High-Stakes Public AI and Institutional Accountability
Auditing public-sector AI systems to identify asymmetries in accountability, ensuring institutional transparency aligns with the lived experiences of those subject to algorithmic decisions.
Outcome
FAccT 26, CanadianAI 26, CHI 25, and Submitted
Overview
As governments increasingly adopt AI for essential services like immigration, housing, education, and social welfare, this project investigates the growing gap between institutional accountability claims and the lived experiences of those subject to algorithmic decisions.
Approach
We conduct ethnographic case studies (e.g., Toronto’s homelessness services) and analyze institutional documentation, such as public AI registers and Algorithmic Impact Assessments from the Government of Canada.

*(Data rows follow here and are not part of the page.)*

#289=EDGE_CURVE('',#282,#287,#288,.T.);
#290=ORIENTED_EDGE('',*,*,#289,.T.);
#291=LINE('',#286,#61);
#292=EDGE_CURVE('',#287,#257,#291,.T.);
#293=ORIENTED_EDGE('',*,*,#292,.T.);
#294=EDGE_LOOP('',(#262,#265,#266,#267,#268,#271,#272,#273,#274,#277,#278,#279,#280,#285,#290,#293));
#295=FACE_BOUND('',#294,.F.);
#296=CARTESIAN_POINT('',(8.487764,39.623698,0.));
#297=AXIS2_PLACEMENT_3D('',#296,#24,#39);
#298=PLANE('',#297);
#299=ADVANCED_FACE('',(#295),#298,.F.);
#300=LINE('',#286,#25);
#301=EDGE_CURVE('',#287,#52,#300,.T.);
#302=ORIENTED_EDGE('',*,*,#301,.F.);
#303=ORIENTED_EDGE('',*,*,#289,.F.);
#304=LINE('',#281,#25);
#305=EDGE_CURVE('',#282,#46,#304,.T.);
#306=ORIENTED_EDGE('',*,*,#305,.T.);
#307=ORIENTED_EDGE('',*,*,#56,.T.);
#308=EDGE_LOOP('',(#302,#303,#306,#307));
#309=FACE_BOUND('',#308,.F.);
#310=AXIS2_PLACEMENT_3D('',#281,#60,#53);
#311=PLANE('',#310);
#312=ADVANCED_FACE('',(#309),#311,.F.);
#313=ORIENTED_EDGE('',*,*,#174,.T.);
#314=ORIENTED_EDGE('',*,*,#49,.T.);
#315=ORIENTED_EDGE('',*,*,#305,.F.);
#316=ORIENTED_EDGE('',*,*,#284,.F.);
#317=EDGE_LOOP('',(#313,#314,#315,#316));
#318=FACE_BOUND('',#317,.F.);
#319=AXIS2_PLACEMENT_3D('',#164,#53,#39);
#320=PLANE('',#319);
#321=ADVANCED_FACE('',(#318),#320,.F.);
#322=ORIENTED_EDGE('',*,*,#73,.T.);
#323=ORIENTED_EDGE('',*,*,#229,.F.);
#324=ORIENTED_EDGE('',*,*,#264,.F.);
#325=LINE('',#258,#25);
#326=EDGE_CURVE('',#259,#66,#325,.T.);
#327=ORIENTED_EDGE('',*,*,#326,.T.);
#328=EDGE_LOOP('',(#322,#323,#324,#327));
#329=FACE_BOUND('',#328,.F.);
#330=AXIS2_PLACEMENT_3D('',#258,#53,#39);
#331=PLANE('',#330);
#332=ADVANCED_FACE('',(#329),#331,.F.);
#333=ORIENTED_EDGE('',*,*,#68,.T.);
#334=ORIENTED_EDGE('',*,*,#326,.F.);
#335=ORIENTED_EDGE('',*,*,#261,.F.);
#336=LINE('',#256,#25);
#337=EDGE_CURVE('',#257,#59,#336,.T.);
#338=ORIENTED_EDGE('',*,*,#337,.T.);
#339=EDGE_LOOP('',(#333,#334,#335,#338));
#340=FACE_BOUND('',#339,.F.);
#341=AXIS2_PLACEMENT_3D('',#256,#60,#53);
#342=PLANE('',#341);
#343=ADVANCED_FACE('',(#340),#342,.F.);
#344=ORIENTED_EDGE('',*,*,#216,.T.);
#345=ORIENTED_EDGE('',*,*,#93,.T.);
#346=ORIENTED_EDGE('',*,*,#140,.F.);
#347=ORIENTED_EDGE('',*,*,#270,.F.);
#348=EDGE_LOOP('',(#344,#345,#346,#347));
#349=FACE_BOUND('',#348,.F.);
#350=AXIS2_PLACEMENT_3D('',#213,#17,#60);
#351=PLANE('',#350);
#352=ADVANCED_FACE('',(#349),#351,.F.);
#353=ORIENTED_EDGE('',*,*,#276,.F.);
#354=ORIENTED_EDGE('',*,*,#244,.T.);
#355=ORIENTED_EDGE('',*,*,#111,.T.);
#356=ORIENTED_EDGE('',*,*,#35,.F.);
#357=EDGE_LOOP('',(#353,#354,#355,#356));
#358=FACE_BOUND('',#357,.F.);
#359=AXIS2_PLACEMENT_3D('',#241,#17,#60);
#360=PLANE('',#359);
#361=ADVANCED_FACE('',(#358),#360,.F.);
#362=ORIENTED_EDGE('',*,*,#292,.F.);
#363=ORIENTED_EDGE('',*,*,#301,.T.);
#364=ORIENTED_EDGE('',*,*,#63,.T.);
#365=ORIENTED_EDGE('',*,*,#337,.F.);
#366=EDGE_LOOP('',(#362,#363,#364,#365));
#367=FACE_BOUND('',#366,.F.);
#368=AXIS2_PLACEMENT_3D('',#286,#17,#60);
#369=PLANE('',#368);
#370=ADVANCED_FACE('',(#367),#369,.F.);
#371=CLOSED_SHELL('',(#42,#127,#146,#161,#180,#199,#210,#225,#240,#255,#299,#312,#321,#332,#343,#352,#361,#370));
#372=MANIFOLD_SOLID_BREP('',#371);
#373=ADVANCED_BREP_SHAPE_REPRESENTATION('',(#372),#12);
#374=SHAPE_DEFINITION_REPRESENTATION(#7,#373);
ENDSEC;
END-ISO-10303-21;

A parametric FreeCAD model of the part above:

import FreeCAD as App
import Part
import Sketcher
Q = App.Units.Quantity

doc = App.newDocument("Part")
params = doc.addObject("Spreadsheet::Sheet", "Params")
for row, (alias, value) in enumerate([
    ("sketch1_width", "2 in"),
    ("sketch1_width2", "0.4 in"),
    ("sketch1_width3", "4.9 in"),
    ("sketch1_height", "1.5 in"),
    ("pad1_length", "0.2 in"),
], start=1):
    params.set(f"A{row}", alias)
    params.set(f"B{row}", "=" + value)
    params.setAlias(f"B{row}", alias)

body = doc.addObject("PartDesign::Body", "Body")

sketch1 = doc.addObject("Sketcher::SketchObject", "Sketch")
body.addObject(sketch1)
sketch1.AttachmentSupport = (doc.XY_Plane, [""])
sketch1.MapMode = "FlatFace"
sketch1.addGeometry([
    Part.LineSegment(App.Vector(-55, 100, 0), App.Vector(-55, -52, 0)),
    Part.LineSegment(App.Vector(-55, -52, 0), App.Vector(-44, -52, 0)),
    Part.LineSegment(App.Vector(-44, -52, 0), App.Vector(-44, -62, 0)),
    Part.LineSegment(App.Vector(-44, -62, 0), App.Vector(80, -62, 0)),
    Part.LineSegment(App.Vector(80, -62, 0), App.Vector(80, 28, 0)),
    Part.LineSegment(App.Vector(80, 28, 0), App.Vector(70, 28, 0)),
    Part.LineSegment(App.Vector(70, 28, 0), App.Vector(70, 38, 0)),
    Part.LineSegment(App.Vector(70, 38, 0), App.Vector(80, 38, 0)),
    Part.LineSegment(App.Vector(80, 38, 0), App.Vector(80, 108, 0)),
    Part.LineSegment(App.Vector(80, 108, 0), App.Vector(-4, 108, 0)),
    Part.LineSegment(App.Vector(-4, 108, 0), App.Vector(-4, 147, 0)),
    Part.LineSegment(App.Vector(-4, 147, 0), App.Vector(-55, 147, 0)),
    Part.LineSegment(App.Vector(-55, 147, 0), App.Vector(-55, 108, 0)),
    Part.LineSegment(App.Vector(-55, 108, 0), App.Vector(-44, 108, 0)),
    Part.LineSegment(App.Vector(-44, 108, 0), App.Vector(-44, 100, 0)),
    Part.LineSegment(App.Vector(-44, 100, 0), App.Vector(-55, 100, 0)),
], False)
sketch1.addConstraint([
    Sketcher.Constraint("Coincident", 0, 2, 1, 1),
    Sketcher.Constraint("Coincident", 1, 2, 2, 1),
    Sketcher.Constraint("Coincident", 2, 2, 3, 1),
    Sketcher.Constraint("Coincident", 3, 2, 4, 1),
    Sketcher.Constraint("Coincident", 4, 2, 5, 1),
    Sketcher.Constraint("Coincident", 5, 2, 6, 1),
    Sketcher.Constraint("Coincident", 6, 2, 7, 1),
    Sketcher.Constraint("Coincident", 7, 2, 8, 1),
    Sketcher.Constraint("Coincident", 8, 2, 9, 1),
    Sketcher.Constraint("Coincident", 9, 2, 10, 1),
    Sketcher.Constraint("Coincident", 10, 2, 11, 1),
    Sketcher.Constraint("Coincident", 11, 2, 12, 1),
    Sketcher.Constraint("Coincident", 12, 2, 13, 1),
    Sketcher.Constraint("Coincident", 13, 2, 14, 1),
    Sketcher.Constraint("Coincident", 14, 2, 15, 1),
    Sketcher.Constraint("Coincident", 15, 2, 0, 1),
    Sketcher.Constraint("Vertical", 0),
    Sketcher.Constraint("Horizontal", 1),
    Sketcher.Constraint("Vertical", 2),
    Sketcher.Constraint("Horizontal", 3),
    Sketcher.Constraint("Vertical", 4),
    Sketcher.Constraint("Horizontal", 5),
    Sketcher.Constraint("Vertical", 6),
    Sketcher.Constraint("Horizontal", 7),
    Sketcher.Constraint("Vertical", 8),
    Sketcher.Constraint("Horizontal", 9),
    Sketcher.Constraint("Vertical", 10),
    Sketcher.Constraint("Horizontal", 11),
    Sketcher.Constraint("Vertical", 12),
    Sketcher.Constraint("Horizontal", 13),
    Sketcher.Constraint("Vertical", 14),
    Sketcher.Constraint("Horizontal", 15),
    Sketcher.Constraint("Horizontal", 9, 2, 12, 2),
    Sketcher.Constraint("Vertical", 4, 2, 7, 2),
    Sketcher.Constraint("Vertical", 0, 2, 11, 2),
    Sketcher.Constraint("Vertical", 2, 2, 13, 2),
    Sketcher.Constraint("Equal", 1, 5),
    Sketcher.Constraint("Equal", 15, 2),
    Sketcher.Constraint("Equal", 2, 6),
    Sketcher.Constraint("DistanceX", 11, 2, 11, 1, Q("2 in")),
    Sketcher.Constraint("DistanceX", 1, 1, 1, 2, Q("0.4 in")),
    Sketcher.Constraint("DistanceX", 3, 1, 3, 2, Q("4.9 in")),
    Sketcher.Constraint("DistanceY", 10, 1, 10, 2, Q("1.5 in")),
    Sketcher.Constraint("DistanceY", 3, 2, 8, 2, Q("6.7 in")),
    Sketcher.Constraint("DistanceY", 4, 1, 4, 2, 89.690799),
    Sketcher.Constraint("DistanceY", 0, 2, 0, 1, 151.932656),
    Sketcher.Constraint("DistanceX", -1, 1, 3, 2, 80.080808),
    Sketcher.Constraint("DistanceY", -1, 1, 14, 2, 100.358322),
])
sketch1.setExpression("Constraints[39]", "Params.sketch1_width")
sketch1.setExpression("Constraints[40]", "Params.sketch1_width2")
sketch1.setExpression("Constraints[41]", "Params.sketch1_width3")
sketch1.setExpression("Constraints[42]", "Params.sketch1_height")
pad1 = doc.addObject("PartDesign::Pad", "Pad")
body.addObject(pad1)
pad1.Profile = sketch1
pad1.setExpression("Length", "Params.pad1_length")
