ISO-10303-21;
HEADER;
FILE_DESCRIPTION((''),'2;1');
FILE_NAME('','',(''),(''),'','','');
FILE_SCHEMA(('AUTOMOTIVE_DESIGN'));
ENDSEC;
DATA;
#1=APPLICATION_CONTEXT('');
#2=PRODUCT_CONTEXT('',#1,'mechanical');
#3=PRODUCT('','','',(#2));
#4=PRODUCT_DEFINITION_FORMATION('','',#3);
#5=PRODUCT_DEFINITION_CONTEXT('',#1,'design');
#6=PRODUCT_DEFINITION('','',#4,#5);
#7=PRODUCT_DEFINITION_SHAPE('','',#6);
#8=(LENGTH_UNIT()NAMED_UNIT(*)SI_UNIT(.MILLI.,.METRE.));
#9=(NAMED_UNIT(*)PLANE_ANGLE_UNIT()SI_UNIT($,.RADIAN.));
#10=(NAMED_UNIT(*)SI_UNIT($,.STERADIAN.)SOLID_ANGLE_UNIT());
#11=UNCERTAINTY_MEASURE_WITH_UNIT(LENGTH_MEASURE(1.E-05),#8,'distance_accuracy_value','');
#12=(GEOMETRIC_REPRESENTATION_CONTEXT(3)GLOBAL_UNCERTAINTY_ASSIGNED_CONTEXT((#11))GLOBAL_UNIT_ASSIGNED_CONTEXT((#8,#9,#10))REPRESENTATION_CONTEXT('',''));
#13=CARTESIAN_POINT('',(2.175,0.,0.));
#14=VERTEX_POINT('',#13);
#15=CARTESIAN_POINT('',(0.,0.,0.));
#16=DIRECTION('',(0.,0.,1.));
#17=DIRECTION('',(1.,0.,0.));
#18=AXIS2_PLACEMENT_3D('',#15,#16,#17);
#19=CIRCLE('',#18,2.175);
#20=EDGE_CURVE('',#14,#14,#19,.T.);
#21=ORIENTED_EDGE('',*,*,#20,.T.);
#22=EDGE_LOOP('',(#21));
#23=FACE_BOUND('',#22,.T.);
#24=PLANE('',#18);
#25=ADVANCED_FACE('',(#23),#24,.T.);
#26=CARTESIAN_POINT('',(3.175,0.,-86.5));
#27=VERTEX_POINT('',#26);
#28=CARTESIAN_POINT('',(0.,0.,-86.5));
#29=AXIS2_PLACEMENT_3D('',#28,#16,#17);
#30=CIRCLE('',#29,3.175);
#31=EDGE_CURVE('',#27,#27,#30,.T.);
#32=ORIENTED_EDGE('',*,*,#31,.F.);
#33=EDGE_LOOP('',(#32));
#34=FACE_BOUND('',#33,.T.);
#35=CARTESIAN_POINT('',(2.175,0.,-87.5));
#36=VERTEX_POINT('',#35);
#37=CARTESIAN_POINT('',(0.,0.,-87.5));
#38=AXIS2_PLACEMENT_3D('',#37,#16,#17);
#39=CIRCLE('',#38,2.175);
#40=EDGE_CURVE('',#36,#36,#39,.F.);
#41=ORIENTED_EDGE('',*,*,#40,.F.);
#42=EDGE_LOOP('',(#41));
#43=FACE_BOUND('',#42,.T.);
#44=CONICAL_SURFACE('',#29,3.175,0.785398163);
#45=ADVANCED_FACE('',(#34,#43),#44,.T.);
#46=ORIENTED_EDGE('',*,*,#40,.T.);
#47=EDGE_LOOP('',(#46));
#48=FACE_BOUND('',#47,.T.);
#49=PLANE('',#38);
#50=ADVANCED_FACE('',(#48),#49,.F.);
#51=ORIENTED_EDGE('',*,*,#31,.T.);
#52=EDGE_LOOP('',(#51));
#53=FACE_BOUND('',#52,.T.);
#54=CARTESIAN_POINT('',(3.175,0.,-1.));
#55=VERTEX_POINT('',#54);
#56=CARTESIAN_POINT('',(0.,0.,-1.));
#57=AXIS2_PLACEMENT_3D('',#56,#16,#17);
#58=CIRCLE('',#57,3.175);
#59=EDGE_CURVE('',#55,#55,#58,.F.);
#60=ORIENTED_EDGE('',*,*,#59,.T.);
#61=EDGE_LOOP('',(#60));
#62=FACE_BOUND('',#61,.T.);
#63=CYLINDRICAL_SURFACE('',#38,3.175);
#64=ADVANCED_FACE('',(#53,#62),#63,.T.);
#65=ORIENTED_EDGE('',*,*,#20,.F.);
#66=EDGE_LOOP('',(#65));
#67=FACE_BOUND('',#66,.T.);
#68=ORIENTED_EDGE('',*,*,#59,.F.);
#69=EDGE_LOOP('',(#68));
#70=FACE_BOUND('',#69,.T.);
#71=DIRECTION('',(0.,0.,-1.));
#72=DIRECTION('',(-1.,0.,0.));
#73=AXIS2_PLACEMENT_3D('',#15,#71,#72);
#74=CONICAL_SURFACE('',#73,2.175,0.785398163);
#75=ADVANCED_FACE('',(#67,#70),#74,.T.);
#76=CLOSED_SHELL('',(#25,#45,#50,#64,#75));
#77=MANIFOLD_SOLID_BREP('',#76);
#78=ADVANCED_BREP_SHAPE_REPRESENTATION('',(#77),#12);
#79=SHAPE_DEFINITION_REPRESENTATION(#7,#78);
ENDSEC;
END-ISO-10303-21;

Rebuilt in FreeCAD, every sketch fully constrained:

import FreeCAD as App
import Part
import Sketcher
from FreeCAD import Vector


def edges_at(feature, points):
    """Names of the edges that pass closest to the given points."""
    edges = feature.Shape.Edges
    near = lambda p: min(range(len(edges)), key=lambda i: edges[i].distToShape(Part.Vertex(*p))[0])
    return sorted({f"Edge{near(p) + 1}" for p in points})

doc = App.newDocument("Part")
params = doc.addObject("Spreadsheet::Sheet", "Params")
for row, (alias, value) in enumerate([
    ("sketch1_diameter", "6.35 mm"),
    ("pad1_length", "87.5 mm"),
    ("chamfer_size", "1 mm"),
], start=1):
    params.set(f"A{row}", alias)
    params.set(f"B{row}", "=" + value)
    params.setAlias(f"B{row}", alias)

body = doc.addObject("PartDesign::Body", "Body")

sketch1 = body.newObject("Sketcher::SketchObject", "Sketch")
sketch1.AttachmentSupport = (doc.getObject("XY_Plane"), [""])
sketch1.MapMode = "FlatFace"
sketch1.addGeometry(Part.Circle(Vector(0, 0, 0), Vector(0, 0, 1), 3.2), False)
sketch1.addConstraint([
    Sketcher.Constraint("Coincident", 0, 3, -1, 1),
    Sketcher.Constraint("Diameter", 0, 6.35),
])
sketch1.setExpression("Constraints[1]", "Params.sketch1_diameter")
pad1 = body.newObject("PartDesign::Pad", "Pad")
pad1.Profile = sketch1
pad1.setExpression("Length", "Params.pad1_length")
pad1.Reversed = True
doc.recompute()

chamfer = body.newObject("PartDesign::Chamfer", "Chamfer")
chamfer.Base = (pad1, edges_at(pad1, [(-3.175, 0, 0), (-3.175, 0, -87.5)]))
chamfer.setExpression("Size", "Params.chamfer_size")

doc.recompute()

This project seeks to understand how accountability is represented. Simultaneously, we analyze interviews with the frontline workers and the peer discourse on online platforms to understand how individuals, who enforce or experience those algorithmic decisions, collectively sense-make and respond to opaque system outcomes.
Key Contributions
Our work identifies “bureaucratic silences” in official registers, where technical descriptions overlook the sociotechnical context of high-stakes systems. We identified a “transnational asymmetry” in public sector AI systems that fails to account for how systems are experienced by individuals situated across or coming from different geopolitical locations. We have documented how algorithms can flatten context-rich inputs, leading to a reductionist “datafication” that complicates frontline support. These findings refit accountability as a distributed experiential phenomenon rather than just a procedural one.